Segment Open

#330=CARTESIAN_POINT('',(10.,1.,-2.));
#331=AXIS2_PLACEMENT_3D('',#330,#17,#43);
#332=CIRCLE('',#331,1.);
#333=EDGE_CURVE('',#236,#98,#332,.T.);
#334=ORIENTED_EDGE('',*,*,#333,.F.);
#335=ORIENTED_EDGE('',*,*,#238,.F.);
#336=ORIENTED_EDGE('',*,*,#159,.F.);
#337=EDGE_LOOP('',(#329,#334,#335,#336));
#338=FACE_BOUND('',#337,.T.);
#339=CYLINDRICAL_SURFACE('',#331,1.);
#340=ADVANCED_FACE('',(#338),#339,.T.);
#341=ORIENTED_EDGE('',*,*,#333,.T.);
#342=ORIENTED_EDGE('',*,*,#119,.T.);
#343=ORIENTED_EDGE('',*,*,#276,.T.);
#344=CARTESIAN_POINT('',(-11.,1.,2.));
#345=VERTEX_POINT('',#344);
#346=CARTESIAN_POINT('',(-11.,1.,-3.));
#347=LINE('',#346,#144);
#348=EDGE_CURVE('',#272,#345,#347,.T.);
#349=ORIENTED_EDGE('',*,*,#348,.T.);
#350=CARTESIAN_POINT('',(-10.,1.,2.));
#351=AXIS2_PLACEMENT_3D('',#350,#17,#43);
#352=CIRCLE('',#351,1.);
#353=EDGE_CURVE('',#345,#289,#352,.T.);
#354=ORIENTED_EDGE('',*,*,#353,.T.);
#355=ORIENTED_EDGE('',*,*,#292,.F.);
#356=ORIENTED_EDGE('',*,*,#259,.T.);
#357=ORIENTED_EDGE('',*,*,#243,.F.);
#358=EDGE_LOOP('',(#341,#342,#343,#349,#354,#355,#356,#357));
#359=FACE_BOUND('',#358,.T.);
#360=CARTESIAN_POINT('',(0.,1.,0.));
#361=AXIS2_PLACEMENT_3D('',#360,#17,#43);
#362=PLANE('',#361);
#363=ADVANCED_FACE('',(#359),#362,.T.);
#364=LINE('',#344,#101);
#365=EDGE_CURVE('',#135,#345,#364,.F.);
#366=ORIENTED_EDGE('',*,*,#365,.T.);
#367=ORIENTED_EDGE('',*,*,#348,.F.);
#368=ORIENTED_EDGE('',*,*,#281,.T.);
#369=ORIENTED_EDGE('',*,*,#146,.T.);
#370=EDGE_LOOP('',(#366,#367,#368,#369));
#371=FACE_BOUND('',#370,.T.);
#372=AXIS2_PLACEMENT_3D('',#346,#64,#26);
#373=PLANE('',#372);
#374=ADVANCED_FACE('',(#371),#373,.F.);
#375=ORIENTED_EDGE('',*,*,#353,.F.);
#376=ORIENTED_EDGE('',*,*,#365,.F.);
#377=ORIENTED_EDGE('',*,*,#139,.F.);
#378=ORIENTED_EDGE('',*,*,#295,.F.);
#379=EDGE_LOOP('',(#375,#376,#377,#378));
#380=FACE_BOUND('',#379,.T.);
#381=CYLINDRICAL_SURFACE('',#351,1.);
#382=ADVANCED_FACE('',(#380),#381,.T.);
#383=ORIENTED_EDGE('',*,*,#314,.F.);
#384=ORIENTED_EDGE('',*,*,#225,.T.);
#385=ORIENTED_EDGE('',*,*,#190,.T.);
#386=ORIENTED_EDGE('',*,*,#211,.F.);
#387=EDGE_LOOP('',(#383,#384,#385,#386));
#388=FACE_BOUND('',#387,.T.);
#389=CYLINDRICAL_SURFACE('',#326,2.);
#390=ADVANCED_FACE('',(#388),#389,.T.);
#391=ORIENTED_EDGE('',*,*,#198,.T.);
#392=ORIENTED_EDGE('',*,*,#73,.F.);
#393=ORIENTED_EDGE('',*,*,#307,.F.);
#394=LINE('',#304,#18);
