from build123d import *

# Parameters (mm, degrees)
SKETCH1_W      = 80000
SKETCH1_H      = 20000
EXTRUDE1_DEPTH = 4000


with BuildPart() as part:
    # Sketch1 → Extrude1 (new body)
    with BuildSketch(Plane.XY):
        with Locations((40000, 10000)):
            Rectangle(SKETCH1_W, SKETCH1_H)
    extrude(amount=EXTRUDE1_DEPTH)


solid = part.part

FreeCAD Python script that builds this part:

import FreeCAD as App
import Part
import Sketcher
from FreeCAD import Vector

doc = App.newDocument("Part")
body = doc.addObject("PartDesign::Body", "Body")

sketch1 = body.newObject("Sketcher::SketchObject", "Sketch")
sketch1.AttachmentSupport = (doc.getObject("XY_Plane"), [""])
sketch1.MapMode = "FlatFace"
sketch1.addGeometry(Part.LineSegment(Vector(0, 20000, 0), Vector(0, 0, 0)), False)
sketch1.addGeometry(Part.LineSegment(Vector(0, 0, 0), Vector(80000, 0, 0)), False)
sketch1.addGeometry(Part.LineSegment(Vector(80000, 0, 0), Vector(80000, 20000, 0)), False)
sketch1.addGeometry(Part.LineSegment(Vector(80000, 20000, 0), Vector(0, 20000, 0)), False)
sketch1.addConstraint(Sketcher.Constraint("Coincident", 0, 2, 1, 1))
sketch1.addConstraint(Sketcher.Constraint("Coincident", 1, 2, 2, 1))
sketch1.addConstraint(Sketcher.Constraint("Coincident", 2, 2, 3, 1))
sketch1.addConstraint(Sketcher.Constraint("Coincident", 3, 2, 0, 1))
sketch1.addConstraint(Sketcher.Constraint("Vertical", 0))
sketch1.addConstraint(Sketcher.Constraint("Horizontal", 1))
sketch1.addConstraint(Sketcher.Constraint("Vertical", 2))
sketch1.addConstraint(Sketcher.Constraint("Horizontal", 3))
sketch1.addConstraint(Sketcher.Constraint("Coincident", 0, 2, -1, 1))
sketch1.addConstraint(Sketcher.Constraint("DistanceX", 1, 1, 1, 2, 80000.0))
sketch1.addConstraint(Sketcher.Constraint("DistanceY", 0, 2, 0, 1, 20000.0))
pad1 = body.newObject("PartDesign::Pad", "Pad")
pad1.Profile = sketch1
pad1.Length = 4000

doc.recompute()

Segment Closed
Segment Open

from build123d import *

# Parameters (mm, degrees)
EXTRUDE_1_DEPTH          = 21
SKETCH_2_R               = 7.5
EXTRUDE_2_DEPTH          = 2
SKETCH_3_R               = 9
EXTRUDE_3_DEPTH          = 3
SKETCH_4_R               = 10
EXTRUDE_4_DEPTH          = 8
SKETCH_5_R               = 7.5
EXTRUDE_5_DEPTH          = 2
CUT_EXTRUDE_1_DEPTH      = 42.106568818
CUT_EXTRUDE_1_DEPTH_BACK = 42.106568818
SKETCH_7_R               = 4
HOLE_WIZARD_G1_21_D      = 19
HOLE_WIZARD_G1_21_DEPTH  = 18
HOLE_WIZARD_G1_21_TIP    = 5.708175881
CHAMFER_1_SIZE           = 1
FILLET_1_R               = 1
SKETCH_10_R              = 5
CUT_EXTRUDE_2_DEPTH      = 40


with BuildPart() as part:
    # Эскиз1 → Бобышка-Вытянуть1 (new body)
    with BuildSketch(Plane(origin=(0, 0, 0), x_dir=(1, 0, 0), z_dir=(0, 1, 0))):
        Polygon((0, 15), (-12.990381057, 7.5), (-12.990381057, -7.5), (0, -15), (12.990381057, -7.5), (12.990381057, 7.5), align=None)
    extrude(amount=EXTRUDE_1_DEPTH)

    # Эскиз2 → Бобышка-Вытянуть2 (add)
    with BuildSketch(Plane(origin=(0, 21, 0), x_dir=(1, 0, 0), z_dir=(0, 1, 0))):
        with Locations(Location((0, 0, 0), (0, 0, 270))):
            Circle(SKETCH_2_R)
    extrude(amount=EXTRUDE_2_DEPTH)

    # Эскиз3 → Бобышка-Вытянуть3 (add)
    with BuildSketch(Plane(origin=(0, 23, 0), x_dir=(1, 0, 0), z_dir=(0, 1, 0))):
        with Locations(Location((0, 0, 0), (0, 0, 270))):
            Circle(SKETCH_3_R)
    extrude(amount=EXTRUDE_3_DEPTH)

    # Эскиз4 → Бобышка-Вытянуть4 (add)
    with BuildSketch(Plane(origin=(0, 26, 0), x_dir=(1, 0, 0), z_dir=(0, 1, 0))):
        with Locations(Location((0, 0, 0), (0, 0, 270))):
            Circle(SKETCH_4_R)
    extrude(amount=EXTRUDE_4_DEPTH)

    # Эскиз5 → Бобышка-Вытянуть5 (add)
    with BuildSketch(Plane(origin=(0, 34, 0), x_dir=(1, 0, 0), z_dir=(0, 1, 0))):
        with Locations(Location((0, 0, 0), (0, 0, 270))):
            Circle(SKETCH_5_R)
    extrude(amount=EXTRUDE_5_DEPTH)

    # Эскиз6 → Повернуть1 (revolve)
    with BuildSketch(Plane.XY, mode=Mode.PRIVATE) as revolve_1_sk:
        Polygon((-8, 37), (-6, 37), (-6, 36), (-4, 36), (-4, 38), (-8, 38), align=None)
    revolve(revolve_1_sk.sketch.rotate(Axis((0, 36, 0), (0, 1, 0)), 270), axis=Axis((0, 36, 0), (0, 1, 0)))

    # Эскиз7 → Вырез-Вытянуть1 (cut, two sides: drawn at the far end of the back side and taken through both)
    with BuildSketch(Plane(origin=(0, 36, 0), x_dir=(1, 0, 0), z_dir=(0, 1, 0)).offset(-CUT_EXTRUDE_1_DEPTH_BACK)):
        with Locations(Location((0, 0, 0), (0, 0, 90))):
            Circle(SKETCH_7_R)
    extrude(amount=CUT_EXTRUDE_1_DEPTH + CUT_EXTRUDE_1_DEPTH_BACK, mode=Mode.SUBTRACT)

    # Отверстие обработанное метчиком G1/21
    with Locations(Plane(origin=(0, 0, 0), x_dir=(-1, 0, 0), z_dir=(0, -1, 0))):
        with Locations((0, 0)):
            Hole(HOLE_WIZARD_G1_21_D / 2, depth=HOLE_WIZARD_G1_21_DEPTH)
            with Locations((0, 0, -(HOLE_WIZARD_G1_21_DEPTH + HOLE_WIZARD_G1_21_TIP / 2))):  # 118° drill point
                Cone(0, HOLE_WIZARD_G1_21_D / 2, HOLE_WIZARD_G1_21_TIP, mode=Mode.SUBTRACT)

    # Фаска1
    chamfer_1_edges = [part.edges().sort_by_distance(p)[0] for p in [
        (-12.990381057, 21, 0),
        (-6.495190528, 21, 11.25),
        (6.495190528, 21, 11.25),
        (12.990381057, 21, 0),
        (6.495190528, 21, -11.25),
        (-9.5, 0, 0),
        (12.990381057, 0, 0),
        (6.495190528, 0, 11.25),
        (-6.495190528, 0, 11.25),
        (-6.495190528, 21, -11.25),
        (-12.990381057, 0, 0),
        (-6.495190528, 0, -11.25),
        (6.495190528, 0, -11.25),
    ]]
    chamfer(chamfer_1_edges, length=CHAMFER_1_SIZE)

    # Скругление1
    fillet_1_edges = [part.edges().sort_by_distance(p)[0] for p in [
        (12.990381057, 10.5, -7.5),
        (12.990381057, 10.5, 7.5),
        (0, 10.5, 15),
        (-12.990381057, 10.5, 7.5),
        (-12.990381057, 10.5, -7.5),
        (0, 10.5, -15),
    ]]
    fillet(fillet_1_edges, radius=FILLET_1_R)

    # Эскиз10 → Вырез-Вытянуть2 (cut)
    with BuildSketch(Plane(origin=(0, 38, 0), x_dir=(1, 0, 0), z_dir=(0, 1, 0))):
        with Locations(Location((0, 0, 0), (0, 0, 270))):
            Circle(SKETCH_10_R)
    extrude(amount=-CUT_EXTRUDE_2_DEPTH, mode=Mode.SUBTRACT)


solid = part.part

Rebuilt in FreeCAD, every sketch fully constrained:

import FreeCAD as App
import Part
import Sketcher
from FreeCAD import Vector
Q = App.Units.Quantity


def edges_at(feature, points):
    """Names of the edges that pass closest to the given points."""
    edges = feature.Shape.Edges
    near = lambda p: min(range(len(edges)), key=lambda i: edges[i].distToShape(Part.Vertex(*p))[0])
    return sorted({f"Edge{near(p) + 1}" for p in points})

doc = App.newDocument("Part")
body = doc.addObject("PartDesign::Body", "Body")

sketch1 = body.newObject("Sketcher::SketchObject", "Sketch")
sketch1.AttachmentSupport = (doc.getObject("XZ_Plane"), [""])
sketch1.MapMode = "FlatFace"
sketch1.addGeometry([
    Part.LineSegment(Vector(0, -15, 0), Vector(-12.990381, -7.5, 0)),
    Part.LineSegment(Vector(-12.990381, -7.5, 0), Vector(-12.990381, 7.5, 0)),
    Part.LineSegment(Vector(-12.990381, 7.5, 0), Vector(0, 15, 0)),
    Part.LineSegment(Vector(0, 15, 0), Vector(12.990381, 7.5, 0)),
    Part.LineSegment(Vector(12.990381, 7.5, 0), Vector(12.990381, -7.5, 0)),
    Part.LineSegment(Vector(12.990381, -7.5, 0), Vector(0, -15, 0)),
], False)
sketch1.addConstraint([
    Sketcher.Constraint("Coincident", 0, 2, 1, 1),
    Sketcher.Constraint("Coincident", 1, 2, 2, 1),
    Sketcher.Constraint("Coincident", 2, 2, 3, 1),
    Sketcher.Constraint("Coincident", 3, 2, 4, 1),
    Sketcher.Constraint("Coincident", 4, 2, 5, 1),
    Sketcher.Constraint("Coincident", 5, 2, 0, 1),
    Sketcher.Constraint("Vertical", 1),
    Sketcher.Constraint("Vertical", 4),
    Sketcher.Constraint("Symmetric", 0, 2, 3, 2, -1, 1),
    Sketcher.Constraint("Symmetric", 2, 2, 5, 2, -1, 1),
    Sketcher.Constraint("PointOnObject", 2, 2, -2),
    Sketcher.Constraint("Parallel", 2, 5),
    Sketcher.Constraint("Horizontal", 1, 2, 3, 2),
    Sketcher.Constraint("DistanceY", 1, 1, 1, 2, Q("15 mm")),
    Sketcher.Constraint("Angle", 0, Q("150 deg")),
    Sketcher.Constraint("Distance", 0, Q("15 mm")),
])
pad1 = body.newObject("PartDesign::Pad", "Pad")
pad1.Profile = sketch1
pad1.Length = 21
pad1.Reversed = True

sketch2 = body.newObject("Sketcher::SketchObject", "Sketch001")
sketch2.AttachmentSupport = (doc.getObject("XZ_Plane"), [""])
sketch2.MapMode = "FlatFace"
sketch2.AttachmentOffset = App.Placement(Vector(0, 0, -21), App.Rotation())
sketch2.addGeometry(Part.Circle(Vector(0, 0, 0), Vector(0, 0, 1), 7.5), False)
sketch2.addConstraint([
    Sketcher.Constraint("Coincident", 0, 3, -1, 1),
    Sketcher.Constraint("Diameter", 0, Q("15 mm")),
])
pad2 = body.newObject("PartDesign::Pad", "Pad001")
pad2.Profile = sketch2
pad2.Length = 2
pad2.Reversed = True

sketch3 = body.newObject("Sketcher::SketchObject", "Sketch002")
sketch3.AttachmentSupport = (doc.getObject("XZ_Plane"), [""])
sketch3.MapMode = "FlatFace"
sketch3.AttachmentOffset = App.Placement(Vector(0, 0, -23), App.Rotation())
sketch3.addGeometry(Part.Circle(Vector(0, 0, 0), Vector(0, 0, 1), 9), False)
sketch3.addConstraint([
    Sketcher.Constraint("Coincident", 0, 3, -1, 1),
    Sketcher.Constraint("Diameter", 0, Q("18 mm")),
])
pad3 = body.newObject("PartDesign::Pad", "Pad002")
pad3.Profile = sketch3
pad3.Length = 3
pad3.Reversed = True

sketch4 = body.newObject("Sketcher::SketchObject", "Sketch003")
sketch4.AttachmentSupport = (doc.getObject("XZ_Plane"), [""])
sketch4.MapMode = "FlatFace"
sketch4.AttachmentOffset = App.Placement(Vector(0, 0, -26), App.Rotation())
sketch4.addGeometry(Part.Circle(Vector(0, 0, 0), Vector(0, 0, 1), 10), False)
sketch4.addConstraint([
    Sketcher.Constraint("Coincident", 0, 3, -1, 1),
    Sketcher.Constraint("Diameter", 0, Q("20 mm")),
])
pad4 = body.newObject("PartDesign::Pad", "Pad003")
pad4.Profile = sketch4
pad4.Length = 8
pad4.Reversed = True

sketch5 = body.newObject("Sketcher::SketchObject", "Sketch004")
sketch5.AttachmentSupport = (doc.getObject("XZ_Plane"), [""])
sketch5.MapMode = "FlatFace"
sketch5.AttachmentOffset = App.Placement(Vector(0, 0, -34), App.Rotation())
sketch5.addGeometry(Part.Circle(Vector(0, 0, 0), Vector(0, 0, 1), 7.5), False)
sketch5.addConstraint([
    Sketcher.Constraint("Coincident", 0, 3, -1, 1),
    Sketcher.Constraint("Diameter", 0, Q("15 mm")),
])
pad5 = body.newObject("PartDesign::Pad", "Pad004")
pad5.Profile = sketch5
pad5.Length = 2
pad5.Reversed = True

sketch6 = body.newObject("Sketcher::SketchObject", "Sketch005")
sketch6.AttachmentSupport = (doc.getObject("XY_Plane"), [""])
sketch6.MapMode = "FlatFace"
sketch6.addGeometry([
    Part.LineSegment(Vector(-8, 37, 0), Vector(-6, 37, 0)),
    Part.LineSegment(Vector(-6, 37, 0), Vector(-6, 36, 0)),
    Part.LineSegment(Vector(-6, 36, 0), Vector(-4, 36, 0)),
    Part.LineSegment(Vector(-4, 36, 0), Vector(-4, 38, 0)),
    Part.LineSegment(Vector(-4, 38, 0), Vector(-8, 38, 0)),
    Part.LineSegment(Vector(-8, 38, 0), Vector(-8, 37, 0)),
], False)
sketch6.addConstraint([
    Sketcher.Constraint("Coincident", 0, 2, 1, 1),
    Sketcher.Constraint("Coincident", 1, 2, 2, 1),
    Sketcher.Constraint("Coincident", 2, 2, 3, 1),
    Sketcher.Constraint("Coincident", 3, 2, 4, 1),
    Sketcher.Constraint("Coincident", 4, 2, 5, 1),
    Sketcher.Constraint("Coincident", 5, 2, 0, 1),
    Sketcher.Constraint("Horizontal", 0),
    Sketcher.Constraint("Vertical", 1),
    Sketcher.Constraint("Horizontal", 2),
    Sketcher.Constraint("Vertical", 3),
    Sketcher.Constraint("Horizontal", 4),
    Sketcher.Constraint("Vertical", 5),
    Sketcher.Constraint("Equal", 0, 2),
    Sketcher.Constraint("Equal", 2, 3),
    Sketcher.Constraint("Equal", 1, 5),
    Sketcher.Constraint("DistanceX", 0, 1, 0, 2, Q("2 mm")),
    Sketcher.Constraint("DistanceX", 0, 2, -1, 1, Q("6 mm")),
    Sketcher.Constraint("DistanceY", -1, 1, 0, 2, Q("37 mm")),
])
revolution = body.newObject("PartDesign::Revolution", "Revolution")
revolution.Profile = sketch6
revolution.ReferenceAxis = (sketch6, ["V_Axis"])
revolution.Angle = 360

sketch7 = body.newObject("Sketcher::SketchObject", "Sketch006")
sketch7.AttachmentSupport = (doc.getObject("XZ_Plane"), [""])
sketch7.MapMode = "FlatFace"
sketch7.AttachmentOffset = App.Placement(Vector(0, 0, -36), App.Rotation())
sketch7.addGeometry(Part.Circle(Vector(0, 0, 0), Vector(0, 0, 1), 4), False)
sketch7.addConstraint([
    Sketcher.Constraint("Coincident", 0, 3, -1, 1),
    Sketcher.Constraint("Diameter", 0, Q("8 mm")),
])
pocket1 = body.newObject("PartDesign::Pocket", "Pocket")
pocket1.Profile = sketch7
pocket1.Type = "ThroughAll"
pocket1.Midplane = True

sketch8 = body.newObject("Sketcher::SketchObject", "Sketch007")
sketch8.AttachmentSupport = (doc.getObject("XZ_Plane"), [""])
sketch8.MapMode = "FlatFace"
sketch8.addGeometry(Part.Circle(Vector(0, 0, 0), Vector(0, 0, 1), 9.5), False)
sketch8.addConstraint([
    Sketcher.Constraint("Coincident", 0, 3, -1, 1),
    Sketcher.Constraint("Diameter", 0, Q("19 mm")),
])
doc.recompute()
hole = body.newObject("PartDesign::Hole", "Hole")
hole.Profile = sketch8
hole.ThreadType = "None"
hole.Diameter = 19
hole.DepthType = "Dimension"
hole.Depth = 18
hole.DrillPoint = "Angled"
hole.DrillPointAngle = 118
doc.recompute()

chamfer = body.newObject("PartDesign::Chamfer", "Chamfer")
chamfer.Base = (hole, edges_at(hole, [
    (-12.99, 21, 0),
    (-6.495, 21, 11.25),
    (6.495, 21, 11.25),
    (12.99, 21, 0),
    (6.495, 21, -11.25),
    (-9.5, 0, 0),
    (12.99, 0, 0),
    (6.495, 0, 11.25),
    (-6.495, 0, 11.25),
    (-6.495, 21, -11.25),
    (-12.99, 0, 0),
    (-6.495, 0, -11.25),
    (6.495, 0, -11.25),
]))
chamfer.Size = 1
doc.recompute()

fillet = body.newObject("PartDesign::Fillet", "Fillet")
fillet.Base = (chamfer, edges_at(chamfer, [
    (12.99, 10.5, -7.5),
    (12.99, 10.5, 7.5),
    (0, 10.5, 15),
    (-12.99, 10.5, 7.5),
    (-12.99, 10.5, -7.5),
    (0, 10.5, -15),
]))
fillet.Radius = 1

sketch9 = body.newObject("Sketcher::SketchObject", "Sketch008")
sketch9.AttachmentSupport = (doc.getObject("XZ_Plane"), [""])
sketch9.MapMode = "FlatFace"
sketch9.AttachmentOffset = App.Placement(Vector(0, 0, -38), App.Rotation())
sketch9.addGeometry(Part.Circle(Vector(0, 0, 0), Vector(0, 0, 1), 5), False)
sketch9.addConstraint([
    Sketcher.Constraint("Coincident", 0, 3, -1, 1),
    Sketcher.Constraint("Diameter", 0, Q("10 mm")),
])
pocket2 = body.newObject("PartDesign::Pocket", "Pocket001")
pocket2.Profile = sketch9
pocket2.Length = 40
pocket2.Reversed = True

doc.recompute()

Segment Closed

### The task
Everything above from the line with "#392=ORIENTED_EDGE('',*,*,#73,.F.);" to the line with "FreeCAD Python script", both included, must be repeated exactly, and nothing outside that range.

### Completed exercise
#392=ORIENTED_EDGE('',*,*,#73,.F.);
#393=ORIENTED_EDGE('',*,*,#307,.F.);
#394=LINE('',#304,#18);
from build123d import *

# Parameters (mm, degrees)
SKETCH1_W      = 80000
SKETCH1_H      = 20000
EXTRUDE1_DEPTH = 4000


with BuildPart() as part:
    # Sketch1 → Extrude1 (new body)
    with BuildSketch(Plane.XY):
        with Locations((40000, 10000)):
            Rectangle(SKETCH1_W, SKETCH1_H)
    extrude(amount=EXTRUDE1_DEPTH)


solid = part.part

FreeCAD Python script that builds this part:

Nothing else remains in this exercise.